# Prism Goldens



## K9-Design (Jan 18, 2009)

She is great, go with confidence.


----------



## Jesus Freak (Feb 7, 2013)

Thanks anney!


----------



## Seadisk06 (Jun 28, 2017)

Prism Goldens are not what they say they are. Their dogs are not breed standard and are way too over priced for their quality.. I would not buy a dog from them even if I was given one!


----------



## usually lurking (Apr 21, 2017)

Rockhouse75 said:


> Prism Goldens are not what they say they are. Their dogs are not breed standard and are way too over priced for their quality.. I would not buy a dog from them even if I was given one!
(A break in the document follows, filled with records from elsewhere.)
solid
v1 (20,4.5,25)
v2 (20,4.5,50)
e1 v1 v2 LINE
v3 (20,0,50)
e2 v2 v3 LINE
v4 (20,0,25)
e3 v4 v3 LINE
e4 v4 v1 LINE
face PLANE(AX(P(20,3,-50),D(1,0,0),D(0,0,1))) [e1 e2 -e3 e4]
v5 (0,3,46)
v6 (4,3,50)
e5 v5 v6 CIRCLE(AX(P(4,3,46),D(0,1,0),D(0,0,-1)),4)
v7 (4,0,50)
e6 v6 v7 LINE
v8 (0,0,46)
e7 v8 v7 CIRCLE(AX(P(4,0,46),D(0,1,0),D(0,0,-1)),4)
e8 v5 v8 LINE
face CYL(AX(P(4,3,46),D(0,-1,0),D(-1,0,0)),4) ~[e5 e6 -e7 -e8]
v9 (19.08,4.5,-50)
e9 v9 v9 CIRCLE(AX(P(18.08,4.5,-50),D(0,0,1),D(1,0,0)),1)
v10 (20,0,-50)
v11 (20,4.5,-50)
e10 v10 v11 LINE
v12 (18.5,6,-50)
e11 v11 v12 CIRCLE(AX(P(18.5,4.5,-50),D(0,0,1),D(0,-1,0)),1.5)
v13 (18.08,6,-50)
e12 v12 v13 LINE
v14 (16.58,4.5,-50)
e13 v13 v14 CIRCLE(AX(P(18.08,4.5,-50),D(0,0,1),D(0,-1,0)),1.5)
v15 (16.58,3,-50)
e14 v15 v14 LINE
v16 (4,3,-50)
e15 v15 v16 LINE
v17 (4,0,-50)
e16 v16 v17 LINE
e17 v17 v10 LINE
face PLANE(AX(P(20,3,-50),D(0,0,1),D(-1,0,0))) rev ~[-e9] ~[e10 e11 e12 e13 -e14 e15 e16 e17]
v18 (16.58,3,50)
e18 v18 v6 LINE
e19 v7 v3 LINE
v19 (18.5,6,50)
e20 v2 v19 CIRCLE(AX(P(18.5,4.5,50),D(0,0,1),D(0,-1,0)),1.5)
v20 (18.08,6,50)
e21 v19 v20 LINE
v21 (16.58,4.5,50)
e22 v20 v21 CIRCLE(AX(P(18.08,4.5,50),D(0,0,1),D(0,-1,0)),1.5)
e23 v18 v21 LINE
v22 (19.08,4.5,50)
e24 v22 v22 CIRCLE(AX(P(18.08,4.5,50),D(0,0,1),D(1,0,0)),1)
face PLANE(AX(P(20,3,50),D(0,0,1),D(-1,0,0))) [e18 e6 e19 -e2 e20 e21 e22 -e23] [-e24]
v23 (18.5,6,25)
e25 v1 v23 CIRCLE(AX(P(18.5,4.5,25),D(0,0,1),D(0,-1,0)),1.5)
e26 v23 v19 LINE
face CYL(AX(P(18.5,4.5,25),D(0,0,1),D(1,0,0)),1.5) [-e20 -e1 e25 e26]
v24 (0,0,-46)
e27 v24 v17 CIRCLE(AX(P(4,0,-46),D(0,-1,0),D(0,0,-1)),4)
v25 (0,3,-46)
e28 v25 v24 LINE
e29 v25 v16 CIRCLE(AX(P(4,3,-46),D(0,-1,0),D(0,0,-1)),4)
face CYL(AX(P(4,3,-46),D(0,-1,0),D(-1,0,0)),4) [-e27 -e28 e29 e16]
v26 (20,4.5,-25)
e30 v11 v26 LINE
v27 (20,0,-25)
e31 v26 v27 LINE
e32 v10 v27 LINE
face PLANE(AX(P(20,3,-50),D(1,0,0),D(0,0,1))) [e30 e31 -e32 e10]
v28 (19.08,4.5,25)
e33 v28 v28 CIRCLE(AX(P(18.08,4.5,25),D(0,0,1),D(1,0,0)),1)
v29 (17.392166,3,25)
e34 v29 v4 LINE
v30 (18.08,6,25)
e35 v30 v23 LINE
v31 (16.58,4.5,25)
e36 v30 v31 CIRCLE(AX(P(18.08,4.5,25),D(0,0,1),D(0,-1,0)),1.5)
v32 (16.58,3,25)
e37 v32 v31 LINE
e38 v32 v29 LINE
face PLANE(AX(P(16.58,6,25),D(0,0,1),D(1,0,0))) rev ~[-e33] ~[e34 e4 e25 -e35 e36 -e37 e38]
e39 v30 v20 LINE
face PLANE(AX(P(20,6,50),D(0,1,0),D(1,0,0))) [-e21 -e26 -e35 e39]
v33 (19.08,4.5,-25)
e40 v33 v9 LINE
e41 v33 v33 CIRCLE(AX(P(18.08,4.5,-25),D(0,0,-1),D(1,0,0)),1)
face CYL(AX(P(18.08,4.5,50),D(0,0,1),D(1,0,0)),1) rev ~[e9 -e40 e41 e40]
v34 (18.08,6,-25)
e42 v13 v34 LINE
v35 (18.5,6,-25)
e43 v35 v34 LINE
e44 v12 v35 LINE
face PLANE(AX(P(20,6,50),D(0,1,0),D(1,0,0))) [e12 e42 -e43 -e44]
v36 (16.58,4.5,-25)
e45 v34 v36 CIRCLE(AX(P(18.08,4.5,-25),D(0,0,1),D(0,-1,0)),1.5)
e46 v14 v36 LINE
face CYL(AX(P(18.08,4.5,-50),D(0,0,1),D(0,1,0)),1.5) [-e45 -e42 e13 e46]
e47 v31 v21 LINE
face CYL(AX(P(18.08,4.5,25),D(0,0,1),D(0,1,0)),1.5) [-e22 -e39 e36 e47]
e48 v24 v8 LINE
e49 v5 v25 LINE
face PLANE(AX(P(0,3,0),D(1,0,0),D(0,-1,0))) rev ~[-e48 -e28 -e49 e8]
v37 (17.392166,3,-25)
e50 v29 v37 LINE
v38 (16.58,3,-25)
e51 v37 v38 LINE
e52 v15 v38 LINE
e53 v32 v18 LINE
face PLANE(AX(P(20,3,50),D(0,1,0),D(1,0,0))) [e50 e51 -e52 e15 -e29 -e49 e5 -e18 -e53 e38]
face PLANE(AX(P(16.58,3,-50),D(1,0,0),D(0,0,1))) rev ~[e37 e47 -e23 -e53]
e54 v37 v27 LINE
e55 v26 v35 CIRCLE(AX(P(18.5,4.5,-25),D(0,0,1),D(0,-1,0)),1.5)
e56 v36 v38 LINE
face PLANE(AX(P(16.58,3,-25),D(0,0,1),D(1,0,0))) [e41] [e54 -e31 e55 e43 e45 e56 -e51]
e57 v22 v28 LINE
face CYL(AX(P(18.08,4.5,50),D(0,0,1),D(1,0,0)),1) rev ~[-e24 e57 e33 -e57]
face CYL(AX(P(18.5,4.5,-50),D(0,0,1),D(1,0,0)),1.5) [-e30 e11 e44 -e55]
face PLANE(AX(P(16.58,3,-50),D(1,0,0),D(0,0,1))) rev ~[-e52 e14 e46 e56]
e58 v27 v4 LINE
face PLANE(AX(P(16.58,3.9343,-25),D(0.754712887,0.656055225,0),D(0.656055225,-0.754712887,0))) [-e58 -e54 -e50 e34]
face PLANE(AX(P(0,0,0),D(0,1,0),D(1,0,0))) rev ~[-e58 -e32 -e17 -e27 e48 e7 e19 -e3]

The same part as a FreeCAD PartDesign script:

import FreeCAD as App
import Part
import Sketcher
Q = App.Units.Quantity


def edges_at(feature, points):
    """Names of the edges that pass closest to the given points."""
    edges = feature.Shape.Edges
    near = lambda p: min(range(len(edges)), key=lambda i: edges[i].distToShape(Part.Vertex(*p))[0])
    return sorted({f"Edge{near(p) + 1}" for p in points})

doc = App.newDocument("Part")
body = doc.addObject("PartDesign::Body", "Body")

# Sketch on XY plane
sketch1 = body.newObject("Sketcher::SketchObject", "Sketch")
sketch1.AttachmentSupport = (doc.getObject("XY_Plane"), [""])
sketch1.MapMode = "FlatFace"
sketch1.addGeometry([
    Part.LineSegment(App.Vector(0, 3, 0), App.Vector(0, 0, 0)),
    Part.LineSegment(App.Vector(0, 0, 0), App.Vector(20, 0, 0)),
    Part.LineSegment(App.Vector(20, 0, 0), App.Vector(20, 3, 0)),
    Part.LineSegment(App.Vector(20, 3, 0), App.Vector(0, 3, 0)),
], False)
sketch1.addConstraint([
    Sketcher.Constraint("Coincident", 0, 2, 1, 1),
    Sketcher.Constraint("Coincident", 1, 2, 2, 1),
    Sketcher.Constraint("Coincident", 2, 2, 3, 1),
    Sketcher.Constraint("Coincident", 3, 2, 0, 1),
    Sketcher.Constraint("Vertical", 0),
    Sketcher.Constraint("Horizontal", 1),
    Sketcher.Constraint("Vertical", 2),
    Sketcher.Constraint("Horizontal", 3),
    Sketcher.Constraint("Coincident", 0, 2, -1, 1),
    Sketcher.Constraint("DistanceX", 1, 1, 1, 2, Q("20 mm")),
    Sketcher.Constraint("DistanceY", 0, 2, 0, 1, Q("3 mm")),
])
pad1 = body.newObject("PartDesign::Pad", "Pad")
pad1.Profile = sketch1
pad1.Length = 100
pad1.Midplane = True
doc.recompute()

fillet = body.newObject("PartDesign::Fillet", "Fillet")
fillet.Base = (pad1, edges_at(pad1, [(0, 1.5, 50), (0, 1.5, -50)]))
fillet.Radius = 4

# Sketch on XZ plane
sketch2 = body.newObject("Sketcher::SketchObject", "Sketch001")
sketch2.AttachmentSupport = (doc.getObject("XZ_Plane"), [""])
sketch2.MapMode = "FlatFace"
sketch2.AttachmentOffset = App.Placement(App.Vector(0, 0, -3), App.Rotation())
sketch2.addGeometry([
    Part.LineSegment(App.Vector(20, 50, 0), App.Vector(20, -50, 0)),
    Part.LineSegment(App.Vector(20, -50, 0), App.Vector(16.6, -50, 0)),
    Part.LineSegment(App.Vector(16.6, -50, 0), App.Vector(16.6, 50, 0)),
    Part.LineSegment(App.Vector(16.6, 50, 0), App.Vector(20, 50, 0)),
], False)
sketch2.addConstraint([
    Sketcher.Constraint("Coincident", 0, 2, 1, 1),
    Sketcher.Constraint("Coincident", 1, 2, 2, 1),
    Sketcher.Constraint("Coincident", 2, 2, 3, 1),
    Sketcher.Constraint("Coincident", 3, 2, 0, 1),
    Sketcher.Constraint("Vertical", 0),
    Sketcher.Constraint("Horizontal", 1),
    Sketcher.Constraint("Vertical", 2),
    Sketcher.Constraint("Horizontal", 3),
    Sketcher.Constraint("DistanceX", 1, 2, 1, 1, Q("3.42 mm")),
    Sketcher.Constraint("DistanceY", 0, 2, 0, 1, Q("100 mm")),
    Sketcher.Constraint("DistanceX", -1, 1, 0, 2, Q("20 mm")),
    Sketcher.Constraint("DistanceY", 0, 2, -1, 1, Q("50 mm")),
])
pad2 = body.newObject("PartDesign::Pad", "Pad001")
pad2.Profile = sketch2
pad2.Length = 3
pad2.Reversed = True

# Sketch on XY plane
sketch3 = body.newObject("Sketcher::SketchObject", "Sketch002")
sketch3.AttachmentSupport = (doc.getObject("XY_Plane"), [""])
sketch3.MapMode = "FlatFace"
sketch3.AttachmentOffset = App.Placement(App.Vector(0, 0, 50), App.Rotation())
sketch3.addGeometry(Part.Circle(App.Vector(18.1, 4.5, 0), App.Vector(0, 0, 1), 1), False)
sketch3.addConstraint([
    Sketcher.Constraint("Diameter", 0, Q("2 mm")),
    Sketcher.Constraint("DistanceY", -1, 1, 0, 3, Q("4.5 mm")),
    Sketcher.Constraint("DistanceX", -1, 1, 0, 3, Q("18.08 mm")),
])
pocket1 = body.newObject("PartDesign::Pocket", "Pocket")
pocket1.Profile = sketch3
pocket1.Type = "ThroughAll"

# Sketch on XZ plane
sketch4 = body.newObject("Sketcher::SketchObject", "Sketch003")
sketch4.AttachmentSupport = (doc.getObject("XZ_Plane"), [""])
sketch4.MapMode = "FlatFace"
sketch4.AttachmentOffset = App.Placement(App.Vector(0, 0, -6), App.Rotation())
sketch4.addGeometry([
    Part.LineSegment(App.Vector(20, -25, 0), App.Vector(16.6, -25, 0)),
    Part.LineSegment(App.Vector(16.6, -25, 0), App.Vector(16.6, 25, 0)),
    Part.LineSegment(App.Vector(16.6, 25, 0), App.Vector(20, 25, 0)),
    Part.LineSegment(App.Vector(20, 25, 0), App.Vector(20, -25, 0)),
], False)
sketch4.addConstraint([
    Sketcher.Constraint("Coincident", 0, 2, 1, 1),
    Sketcher.Constraint("Coincident", 1, 2, 2, 1),
    Sketcher.Constraint("Coincident", 2, 2, 3, 1),
    Sketcher.Constraint("Coincident", 3, 2, 0, 1),
    Sketcher.Constraint("Horizontal", 0),
    Sketcher.Constraint("Vertical", 1),
    Sketcher.Constraint("Horizontal", 2),
    Sketcher.Constraint("Vertical", 3),
    Sketcher.Constraint("DistanceY", 1, 1, 1, 2, Q("50 mm")),
    Sketcher.Constraint("DistanceY", 0, 2, -1, 1, Q("25 mm")),
    Sketcher.Constraint("DistanceX", -1, 1, 2, 2, Q("20 mm")),
    Sketcher.Constraint("DistanceX", 0, 2, 0, 1, Q("3.42 mm")),
])
pocket2 = body.newObject("PartDesign::Pocket", "Pocket001")
pocket2.Profile = sketch4
pocket2.Length = 3
pocket2.Reversed = True
doc.recompute()

fillet2 = body.newObject("PartDesign::Fillet", "Fillet001")
fillet2.Base = (pocket2, edges_at(pocket2, [
    (20, 6, 37.5),
    (16.58, 6, 37.5),
    (20, 6, -37.5),
    (16.58, 6, -37.5),
]))
fillet2.Radius = 1.5

# Sketch on XY plane
sketch5 = body.newObject("Sketcher::SketchObject", "Sketch004")
sketch5.AttachmentSupport = (doc.getObject("XY_Plane"), [""])
sketch5.MapMode = "FlatFace"
sketch5.AttachmentOffset = App.Placement(App.Vector(0, 0, -25), App.Rotation())
sketch5.addGeometry([
    Part.LineSegment(App.Vector(16.6, 3.9, 0), App.Vector(20, 0, 0)),
    Part.LineSegment(App.Vector(20, 0, 0), App.Vector(20, 3.9, 0)),
    Part.LineSegment(App.Vector(20, 3.9, 0), App.Vector(16.6, 3.9, 0)),
], False)
sketch5.addConstraint([
    Sketcher.Constraint("Coincident", 0, 2, 1, 1),
    Sketcher.Constraint("Coincident", 1, 2, 2, 1),
    Sketcher.Constraint("Coincident", 2, 2, 0, 1),
    Sketcher.Constraint("Vertical", 1),
    Sketcher.Constraint("Horizontal", 2),
    Sketcher.Constraint("PointOnObject", 0, 2, -1),
    Sketcher.Constraint("Angle", 0, Q("-49.0003 deg")),
    Sketcher.Constraint("DistanceX", -1, 1, 0, 2, Q("20 mm")),
    Sketcher.Constraint("DistanceX", 2, 2, 2, 1, Q("3.42 mm")),
])
pocket3 = body.newObject("PartDesign::Pocket", "Pocket002")
pocket3.Profile = sketch5
pocket3.Length = 50
pocket3.Reversed = True

doc.recompute()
Hmm. I'd love to know what your expertise is in determining what a breed standard dog looks like. Or, perhaps you could provide a specific reason that you feel that way? When I check out their website, the dogs certainly appear to adhere to the standard. And, gosh, apparently there must be several experienced judges that think so, as well, given the titles associated with those dogs. Those championship titles aren't just handed out.


----------



## Megora (Jun 7, 2010)

Rockhouse75 said:


> Prism Goldens are not what they say they are. Their dogs are not breed standard and are way too over priced for their quality.. I would not buy a dog from them even if I was given one!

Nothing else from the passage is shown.